Getting Smarter Over Time
Makra's schemas are not static snapshots. They grow incrementally as pages evolve, accumulate coverage as more of a site is visited, and can be pre-warmed ahead of time when you know what you'll need. The longer Makra is used on a given site, the more complete and reliable its structural knowledge becomes.
Incremental schema updates
Websites change. A product page that had eight fields when Makra first learned it might have ten fields after a site redesign. A news article template might gain a "related topics" section that wasn't there before.
When Makra encounters a page whose structure has grown beyond what the stored schema covers, it doesn't throw away what it knows and start over. Instead, it identifies precisely which parts of the page are new — by comparing the current DOM's selectors against the stored schema — and runs annotation only on those novel elements. Everything previously learned is preserved and untouched.
The result of the partial annotation is merged into the existing schema. The update is additive: the schema gains coverage of the new elements while keeping all its existing field mappings intact. If the page gains a "customer reviews" section, Makra learns what's in that section without forgetting anything it already knew about titles, prices, and ratings.
The cost of an incremental update is proportional to what actually changed — not to the size of the full page. A small addition to a large page is cheap to learn.
Coverage grows with use
The incremental model means schemas naturally improve over time and across different requests.
A page might render slightly different content depending on context: whether a product is in stock or not, whether a user is logged in, whether a promotional banner is active. Each variation exposes different DOM elements. As Makra encounters these variations across different visits, each one adds to the schema. Over time, the schema covers more and more of what the page can show — including states that no single visit would have captured.
This also means that teams benefit from shared learning. If your agent visits a site today and a batch pipeline visits the same site next week, the pipeline starts with everything the agent already learned.
Pre-warming schemas
If you know in advance which pages your pipeline will need to extract from, you can separate schema learning from extraction entirely using pre_process. This runs the full annotation pipeline on a URL without performing any extraction — so when your first real extract call runs, the schema is already in place and it goes straight to the efficient path.
await makra.pre_process(
urls=["https://example.com/products"],
options=Makra.PreprocessOptions(),
)
Pre-warming is useful in several situations:
- Batch pipelines where you want consistent, predictable behavior from the very first request and can't afford a slow first call
- Agent systems where the learning latency on a cold first request would disrupt a time-sensitive reasoning loop
- Validation — pre-warming lets you confirm that Makra can correctly learn a page before you commit it to a production pipeline
Forcing a fresh start
Occasionally a page template changes so substantially that extending the existing schema would produce unreliable results — a full redesign, a platform migration, a total restructuring of the DOM. In these cases, you can bypass the stored schema entirely and force Makra to re-learn the page from scratch:
result = await makra.extract(
urls=["https://example.com/products"],
schema=schema,
options=Makra.ExtractOptions(disable_cache=True),
)
With disable_cache=True, Makra ignores any stored schema for this URL template and runs the full learning pipeline again. The new schema replaces the old one in storage. All future requests against this template will use the fresh schema.
This should be the exception, not the rule. For most page changes — additions, tweaks, new sections — the incremental update mechanism handles things correctly without any intervention. disable_cache is a tool for when you know a template has changed fundamentally and want to start clean.
What Makra does not automatically handle
Schemas accumulate coverage, but they also accumulate stale entries over time. If a page element disappears entirely, its selector remains in the stored schema — because Makra has no way of knowing whether an element is permanently gone or simply absent on this particular render.

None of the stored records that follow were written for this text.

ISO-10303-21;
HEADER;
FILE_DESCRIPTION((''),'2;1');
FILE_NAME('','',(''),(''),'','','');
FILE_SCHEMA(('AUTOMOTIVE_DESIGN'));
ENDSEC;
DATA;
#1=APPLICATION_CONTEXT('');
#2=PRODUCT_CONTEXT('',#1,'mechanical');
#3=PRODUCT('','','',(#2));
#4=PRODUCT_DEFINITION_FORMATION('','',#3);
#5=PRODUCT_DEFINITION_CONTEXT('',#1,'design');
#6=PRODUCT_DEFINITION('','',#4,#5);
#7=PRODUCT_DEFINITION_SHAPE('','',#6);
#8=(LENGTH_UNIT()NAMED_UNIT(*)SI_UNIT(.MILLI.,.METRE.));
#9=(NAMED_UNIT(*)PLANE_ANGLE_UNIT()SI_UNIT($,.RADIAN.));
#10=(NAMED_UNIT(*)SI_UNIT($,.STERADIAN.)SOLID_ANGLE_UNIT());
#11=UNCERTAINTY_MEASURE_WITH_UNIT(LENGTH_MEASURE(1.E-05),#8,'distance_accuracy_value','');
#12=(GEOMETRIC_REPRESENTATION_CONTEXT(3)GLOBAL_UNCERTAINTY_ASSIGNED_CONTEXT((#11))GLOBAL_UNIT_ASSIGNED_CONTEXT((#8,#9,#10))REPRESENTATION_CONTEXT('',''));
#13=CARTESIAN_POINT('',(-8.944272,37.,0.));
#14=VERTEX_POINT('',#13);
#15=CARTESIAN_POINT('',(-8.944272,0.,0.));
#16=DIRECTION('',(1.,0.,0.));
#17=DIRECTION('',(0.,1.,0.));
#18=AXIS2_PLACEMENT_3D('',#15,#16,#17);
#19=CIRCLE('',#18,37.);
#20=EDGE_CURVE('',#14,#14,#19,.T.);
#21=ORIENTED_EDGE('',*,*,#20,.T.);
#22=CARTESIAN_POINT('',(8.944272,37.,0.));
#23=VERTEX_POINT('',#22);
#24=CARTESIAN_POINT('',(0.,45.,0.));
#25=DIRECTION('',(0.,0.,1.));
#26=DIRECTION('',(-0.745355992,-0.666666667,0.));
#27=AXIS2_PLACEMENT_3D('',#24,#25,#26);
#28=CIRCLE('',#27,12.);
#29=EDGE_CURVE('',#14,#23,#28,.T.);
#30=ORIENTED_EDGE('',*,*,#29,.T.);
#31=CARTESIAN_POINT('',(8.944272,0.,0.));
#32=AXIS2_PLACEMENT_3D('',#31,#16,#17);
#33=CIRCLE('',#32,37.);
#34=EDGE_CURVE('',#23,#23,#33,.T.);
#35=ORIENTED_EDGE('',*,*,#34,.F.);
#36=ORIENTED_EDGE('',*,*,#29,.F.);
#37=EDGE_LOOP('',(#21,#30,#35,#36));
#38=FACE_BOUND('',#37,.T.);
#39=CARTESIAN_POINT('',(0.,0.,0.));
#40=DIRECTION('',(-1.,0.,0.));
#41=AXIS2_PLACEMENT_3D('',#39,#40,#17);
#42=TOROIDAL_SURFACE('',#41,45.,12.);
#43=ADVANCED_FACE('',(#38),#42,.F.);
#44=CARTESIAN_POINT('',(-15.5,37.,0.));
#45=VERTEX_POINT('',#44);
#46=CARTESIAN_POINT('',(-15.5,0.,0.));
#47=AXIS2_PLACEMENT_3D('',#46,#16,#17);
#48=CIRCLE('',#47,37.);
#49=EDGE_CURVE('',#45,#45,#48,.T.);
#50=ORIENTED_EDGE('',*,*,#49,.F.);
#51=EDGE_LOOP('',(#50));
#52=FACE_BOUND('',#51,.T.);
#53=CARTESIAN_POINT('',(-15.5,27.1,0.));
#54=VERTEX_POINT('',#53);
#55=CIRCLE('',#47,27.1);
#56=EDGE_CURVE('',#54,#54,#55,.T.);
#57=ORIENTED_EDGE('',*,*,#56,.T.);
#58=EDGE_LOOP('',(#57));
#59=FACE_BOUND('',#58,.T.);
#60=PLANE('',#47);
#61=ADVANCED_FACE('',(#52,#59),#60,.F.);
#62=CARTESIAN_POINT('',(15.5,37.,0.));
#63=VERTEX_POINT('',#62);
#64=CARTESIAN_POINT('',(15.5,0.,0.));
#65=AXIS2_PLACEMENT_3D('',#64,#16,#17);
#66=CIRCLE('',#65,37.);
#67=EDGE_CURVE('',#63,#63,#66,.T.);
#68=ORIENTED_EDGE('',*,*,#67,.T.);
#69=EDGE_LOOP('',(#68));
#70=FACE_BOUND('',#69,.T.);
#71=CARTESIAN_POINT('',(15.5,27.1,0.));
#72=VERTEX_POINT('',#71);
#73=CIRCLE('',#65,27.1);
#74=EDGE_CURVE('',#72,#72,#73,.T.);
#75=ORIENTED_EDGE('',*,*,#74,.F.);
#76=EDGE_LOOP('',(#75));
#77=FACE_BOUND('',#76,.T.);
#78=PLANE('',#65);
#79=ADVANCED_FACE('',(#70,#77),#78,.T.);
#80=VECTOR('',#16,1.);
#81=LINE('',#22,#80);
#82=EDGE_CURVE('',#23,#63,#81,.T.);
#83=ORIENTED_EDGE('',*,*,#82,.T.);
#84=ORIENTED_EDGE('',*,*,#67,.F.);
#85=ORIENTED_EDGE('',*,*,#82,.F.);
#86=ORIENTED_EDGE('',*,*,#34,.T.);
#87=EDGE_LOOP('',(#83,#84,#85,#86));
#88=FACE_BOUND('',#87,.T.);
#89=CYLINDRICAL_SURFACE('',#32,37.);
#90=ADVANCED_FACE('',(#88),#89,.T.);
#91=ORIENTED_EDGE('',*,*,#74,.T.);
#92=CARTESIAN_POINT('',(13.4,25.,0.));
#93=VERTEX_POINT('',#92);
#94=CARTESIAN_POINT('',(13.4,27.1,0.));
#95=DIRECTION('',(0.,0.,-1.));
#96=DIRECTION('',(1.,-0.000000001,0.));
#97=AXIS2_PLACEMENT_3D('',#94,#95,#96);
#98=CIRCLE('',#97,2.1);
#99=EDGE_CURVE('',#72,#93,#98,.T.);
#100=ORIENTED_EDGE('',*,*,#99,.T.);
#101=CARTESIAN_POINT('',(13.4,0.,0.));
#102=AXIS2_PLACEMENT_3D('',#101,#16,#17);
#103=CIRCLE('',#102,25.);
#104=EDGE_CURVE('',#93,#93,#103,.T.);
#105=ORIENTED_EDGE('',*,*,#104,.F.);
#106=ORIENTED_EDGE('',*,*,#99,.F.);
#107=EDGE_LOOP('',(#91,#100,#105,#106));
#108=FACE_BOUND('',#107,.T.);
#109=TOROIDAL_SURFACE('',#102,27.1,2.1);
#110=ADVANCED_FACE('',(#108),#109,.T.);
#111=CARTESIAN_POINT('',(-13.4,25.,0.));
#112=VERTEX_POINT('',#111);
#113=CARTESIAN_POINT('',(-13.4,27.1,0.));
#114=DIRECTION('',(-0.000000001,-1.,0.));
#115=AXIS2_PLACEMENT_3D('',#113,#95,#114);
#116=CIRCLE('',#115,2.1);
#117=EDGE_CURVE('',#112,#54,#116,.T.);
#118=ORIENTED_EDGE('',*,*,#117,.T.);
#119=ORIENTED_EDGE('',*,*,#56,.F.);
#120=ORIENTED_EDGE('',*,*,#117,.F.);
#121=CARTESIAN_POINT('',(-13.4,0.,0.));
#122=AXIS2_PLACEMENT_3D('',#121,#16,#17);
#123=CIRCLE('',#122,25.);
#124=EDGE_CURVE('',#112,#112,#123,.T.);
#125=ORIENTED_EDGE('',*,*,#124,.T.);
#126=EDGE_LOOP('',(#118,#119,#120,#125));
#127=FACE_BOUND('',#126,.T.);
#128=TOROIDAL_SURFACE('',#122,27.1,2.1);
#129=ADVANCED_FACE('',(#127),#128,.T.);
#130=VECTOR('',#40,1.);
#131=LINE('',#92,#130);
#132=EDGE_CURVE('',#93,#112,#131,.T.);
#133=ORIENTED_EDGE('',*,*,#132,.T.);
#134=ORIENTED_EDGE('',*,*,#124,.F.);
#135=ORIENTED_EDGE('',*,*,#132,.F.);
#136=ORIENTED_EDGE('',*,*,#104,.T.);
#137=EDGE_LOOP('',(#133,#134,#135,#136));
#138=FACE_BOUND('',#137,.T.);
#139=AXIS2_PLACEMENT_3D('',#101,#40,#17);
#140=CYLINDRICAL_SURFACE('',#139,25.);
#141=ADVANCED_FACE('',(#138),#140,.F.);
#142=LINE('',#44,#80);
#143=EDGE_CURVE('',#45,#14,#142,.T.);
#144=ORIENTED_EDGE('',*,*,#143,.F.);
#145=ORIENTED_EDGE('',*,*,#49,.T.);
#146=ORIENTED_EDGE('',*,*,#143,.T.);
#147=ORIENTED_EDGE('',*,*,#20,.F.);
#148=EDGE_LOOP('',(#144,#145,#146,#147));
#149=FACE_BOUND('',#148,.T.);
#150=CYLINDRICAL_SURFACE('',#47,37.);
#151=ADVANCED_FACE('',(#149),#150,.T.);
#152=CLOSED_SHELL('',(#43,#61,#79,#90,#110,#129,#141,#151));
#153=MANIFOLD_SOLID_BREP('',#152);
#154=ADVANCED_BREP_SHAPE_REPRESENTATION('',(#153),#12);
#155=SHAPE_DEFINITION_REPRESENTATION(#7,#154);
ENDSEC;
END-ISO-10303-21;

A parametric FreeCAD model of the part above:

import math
import FreeCAD as App
import Part
import Sketcher

V = App.Vector

doc = App.newDocument("Part")
body = doc.addObject("PartDesign::Body", "Body")

sketch1 = doc.addObject("Sketcher::SketchObject", "Sketch")
body.addObject(sketch1)
sketch1.AttachmentSupport = (doc.XY_Plane, [""])
sketch1.MapMode = "FlatFace"
sketch1.addGeometry([
    Part.LineSegment(V(-8.9, 37, 0), V(-15.5, 37, 0)),
    Part.LineSegment(V(-15.5, 37, 0), V(-15.5, 27.1, 0)),
    Part.ArcOfCircle(Part.Circle(V(-13.4, 27.1, 0), V(0, 0, 1), 2.1), math.radians(-180), math.radians(-90)),
    Part.LineSegment(V(-13.4, 25, 0), V(13.4, 25, 0)),
    Part.ArcOfCircle(Part.Circle(V(13.4, 27.1, 0), V(0, 0, 1), 2.1), math.radians(-90), math.radians(0)),
    Part.LineSegment(V(15.5, 27.1, 0), V(15.5, 37, 0)),
    Part.LineSegment(V(15.5, 37, 0), V(8.9, 37, 0)),
    Part.ArcOfCircle(Part.Circle(V(0, 45, 0), V(0, 0, 1), 12), math.radians(-138), math.radians(-42)),
], False)
sketch1.addConstraint([
    Sketcher.Constraint("Coincident", 0, 2, 1, 1),
    Sketcher.Constraint("Tangent", 1, 2, 2, 1),
    Sketcher.Constraint("Tangent", 2, 2, 3, 1),
    Sketcher.Constraint("Tangent", 3, 2, 4, 1),
    Sketcher.Constraint("Tangent", 4, 2, 5, 1),
    Sketcher.Constraint("Coincident", 5, 2, 6, 1),
    Sketcher.Constraint("Coincident", 6, 2, 7, 2),
    Sketcher.Constraint("Coincident", 7, 1, 0, 1),
    Sketcher.Constraint("Horizontal", 0),
    Sketcher.Constraint("Vertical", 1),
    Sketcher.Constraint("Horizontal", 3),
    Sketcher.Constraint("Vertical", 5),
    Sketcher.Constraint("Horizontal", 6),
    Sketcher.Constraint("Equal", 2, 4),
    Sketcher.Constraint("Symmetric", 0, 2, 5, 2, -2),
    Sketcher.Constraint("PointOnObject", 7, 3, -2),
    Sketcher.Constraint("Radius", 7, 12.0),
    Sketcher.Constraint("Radius", 2, 2.1),
    Sketcher.Constraint("DistanceX", 3, 1, 3, 2, 26.8),
    Sketcher.Constraint("DistanceY", 1, 2, 1, 1, 9.9),
    Sketcher.Constraint("DistanceY", -1, 1, 7, 3, 45.0),
    Sketcher.Constraint("DistanceY", -1, 1, 0, 2, 37.0),
])
revolution = doc.addObject("PartDesign::Revolution", "Revolution")
body.addObject(revolution)
revolution.Profile = sketch1
revolution.ReferenceAxis = (sketch1, ["H_Axis"])
revolution.Angle = 360

doc.recompute()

At extraction time, stale selectors are filtered out: Makra validates every matched selector against the live DOM before using it, so a selector that no longer resolves simply produces a null rather than a phantom value. But the stale entry remains in storage until the schema is explicitly refreshed with disable_cache=True.
For long-lived pipelines on fast-changing sites, it's worth periodically refreshing schemas to keep them clean.